## What to do
From the entries that follow, copy each line in which "against" appears.

## Extracted information

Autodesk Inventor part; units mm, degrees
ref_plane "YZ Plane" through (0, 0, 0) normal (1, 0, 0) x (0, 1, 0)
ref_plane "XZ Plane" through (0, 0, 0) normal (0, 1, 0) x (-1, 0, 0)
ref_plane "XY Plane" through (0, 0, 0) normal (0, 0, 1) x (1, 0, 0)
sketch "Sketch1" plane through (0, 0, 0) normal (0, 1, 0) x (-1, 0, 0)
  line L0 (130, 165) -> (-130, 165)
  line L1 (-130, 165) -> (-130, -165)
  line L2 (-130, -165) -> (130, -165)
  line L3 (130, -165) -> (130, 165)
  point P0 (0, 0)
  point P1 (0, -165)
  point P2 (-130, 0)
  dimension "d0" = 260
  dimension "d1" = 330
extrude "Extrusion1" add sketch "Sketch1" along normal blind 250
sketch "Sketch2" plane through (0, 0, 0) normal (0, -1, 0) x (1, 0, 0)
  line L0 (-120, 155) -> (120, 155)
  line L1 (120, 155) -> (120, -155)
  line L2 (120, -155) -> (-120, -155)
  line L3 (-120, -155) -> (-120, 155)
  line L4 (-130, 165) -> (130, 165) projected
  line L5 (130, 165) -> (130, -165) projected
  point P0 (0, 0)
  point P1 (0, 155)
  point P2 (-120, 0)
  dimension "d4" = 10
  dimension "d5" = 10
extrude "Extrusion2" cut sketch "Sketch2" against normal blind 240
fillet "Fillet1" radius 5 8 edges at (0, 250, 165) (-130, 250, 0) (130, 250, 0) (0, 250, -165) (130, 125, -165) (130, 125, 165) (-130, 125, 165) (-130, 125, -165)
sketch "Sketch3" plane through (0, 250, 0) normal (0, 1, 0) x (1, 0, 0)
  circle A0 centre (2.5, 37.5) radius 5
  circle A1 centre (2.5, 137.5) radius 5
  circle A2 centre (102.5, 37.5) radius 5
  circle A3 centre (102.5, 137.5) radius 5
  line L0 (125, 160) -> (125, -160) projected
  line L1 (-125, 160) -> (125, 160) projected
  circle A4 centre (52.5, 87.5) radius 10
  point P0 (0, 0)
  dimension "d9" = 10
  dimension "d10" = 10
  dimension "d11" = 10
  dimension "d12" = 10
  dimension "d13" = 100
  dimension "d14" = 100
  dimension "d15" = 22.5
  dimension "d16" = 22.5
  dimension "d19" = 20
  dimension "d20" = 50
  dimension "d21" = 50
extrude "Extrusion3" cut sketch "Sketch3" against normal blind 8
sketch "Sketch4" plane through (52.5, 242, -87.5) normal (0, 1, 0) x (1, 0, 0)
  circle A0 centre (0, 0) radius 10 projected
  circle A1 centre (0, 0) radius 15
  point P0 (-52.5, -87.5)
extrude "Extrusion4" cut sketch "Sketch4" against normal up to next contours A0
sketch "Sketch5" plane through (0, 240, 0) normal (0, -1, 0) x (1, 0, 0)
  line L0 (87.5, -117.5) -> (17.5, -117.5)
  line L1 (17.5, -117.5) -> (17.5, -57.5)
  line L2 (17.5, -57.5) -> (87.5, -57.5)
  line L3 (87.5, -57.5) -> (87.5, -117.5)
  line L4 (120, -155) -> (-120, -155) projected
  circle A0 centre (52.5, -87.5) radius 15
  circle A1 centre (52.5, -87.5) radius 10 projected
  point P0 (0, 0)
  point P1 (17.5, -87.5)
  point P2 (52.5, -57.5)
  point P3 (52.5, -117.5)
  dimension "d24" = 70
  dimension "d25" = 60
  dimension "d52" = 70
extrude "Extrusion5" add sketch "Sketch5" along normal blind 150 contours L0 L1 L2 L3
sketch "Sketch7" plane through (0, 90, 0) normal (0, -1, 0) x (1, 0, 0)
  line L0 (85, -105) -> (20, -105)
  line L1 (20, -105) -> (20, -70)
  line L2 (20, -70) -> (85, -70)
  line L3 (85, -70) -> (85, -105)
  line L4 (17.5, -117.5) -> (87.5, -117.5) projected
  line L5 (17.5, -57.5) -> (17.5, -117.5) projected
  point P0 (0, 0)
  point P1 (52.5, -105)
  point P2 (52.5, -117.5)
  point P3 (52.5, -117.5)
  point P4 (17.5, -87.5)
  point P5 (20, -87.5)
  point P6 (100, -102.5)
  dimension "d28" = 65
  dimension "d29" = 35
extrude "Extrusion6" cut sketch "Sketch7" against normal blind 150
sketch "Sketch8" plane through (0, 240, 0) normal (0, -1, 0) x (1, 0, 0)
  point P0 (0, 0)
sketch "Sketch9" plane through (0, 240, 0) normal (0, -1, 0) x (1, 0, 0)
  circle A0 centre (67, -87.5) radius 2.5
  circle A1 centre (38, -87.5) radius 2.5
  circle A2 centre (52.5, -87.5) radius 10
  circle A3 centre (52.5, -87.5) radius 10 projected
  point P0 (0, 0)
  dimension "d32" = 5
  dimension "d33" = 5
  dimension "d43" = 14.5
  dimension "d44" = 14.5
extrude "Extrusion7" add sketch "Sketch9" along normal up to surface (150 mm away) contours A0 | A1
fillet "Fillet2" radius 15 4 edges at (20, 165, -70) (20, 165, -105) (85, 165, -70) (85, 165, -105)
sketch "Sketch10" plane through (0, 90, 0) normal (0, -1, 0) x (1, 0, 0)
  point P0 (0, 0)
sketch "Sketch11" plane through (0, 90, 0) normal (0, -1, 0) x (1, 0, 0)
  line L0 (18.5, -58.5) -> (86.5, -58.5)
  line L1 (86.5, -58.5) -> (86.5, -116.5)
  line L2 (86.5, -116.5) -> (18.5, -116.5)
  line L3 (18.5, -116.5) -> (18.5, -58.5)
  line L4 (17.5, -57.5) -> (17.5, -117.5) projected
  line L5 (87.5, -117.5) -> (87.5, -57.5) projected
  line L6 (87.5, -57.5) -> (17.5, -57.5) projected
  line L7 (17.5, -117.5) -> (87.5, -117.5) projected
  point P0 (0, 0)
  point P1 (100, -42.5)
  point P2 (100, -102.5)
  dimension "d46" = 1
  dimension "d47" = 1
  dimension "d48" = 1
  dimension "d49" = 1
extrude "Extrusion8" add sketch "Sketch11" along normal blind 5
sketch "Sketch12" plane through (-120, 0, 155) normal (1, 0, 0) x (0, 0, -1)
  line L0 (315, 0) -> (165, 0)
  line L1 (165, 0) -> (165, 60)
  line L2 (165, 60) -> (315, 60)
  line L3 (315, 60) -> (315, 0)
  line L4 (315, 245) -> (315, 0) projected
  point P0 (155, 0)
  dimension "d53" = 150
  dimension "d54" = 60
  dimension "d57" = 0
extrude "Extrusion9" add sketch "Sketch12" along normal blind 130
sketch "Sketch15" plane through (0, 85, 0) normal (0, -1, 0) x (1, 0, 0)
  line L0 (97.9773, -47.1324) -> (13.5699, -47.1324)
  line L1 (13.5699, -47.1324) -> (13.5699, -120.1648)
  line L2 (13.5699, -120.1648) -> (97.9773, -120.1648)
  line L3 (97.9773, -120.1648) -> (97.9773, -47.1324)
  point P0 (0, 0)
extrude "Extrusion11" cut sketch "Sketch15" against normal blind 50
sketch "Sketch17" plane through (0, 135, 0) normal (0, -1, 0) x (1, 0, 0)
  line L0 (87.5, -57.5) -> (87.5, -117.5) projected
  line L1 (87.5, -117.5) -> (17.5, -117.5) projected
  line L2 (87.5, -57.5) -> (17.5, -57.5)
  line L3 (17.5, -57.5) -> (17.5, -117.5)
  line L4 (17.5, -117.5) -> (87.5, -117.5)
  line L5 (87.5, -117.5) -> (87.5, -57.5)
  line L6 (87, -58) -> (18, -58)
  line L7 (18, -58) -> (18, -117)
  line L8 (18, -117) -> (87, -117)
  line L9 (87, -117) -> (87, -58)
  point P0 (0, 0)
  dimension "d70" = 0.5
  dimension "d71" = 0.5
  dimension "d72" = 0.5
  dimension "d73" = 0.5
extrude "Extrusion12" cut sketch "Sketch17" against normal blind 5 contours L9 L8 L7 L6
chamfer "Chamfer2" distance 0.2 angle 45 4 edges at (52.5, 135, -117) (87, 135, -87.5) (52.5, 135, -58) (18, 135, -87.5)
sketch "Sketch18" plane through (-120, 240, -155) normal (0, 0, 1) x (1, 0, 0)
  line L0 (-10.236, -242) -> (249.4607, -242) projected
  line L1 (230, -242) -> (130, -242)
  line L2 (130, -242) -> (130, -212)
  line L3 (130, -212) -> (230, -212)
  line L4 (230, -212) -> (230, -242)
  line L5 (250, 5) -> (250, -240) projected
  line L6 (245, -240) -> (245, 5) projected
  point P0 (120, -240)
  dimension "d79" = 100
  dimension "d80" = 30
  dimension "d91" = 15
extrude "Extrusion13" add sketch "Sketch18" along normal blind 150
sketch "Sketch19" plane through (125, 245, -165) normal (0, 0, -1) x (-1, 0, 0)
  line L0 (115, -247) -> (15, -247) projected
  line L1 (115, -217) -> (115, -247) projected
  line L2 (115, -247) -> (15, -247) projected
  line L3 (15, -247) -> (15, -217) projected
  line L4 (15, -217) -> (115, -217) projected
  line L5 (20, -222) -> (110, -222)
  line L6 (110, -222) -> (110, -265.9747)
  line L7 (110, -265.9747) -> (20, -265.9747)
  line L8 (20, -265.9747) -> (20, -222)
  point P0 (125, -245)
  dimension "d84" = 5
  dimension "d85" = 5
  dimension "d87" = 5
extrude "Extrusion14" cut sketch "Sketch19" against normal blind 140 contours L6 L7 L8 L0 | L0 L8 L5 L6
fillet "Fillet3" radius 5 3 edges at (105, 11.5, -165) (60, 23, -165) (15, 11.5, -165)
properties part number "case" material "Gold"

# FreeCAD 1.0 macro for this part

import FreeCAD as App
import Part
import Sketcher
Q = App.Units.Quantity


def edges_at(feature, points):
    """Names of the edges that pass closest to the given points."""
    edges = feature.Shape.Edges
    near = lambda p: min(range(len(edges)), key=lambda i: edges[i].distToShape(Part.Vertex(*p))[0])
    return sorted({f"Edge{near(p) + 1}" for p in points})

doc = App.newDocument("Part")
params = doc.addObject("Spreadsheet::Sheet", "Params")
for row, (alias, value) in enumerate([
    ("sketch1_width", "260 mm"),
    ("sketch1_height", "330 mm"),
    ("pad1_length", "250 mm"),
    ("sketch2_width", "240 mm"),
    ("sketch2_height", "310 mm"),
    ("pocket1_length", "240 mm"),
    ("fillet_radius", "5 mm"),
    ("sketch3_diameter", "10 mm"),
    ("sketch3_diameter2", "20 mm"),
    ("pocket2_length", "8 mm"),
    ("sketch4_diameter", "20 mm"),
    ("sketch5_width", "70 mm"),
    ("sketch5_height", "60 mm"),
    ("sketch5_diameter", "30 mm"),
    ("pad2_length", "150 mm"),
    ("sketch6_width", "65 mm"),
    ("sketch6_height", "35 mm"),
    ("pocket4_length", "150 mm"),
    ("sketch7_diameter", "5 mm"),
    ("pad3_length", "150 mm"),
    ("fillet2_radius", "15 mm"),
    ("sketch8_width", "70 mm"),
    ("sketch8_height", "60 mm"),
    ("pad4_length", "5 mm"),
    ("sketch9_width", "60 mm"),
    ("sketch9_height", "150 mm"),
    ("pad5_length", "130 mm"),
    ("pocket5_length", "50 mm"),
    ("sketch11_width", "69 mm"),
    ("sketch11_height", "59 mm"),
    ("pocket6_length", "5 mm"),
    ("chamfer_size", "0.2 mm"),
    ("sketch12_width", "100 mm"),
    ("sketch12_height", "30 mm"),
    ("pad6_length", "150 mm"),
    ("sketch13_width", "90 mm"),
    ("pocket7_length", "140 mm"),
    ("fillet3_radius", "5 mm"),
], start=1):
    params.set(f"A{row}", alias)
    params.set(f"B{row}", "=" + value)
    params.setAlias(f"B{row}", alias)

body = doc.addObject("PartDesign::Body", "Body")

## Exercise result
extrude "Extrusion2" cut sketch "Sketch2" against normal blind 240
extrude "Extrusion3" cut sketch "Sketch3" against normal blind 8
extrude "Extrusion4" cut sketch "Sketch4" against normal up to next contours A0
extrude "Extrusion6" cut sketch "Sketch7" against normal blind 150
extrude "Extrusion11" cut sketch "Sketch15" against normal blind 50
extrude "Extrusion12" cut sketch "Sketch17" against normal blind 5 contours L9 L8 L7 L6
extrude "Extrusion14" cut sketch "Sketch19" against normal blind 140 contours L6 L7 L8 L0 | L0 L8 L5 L6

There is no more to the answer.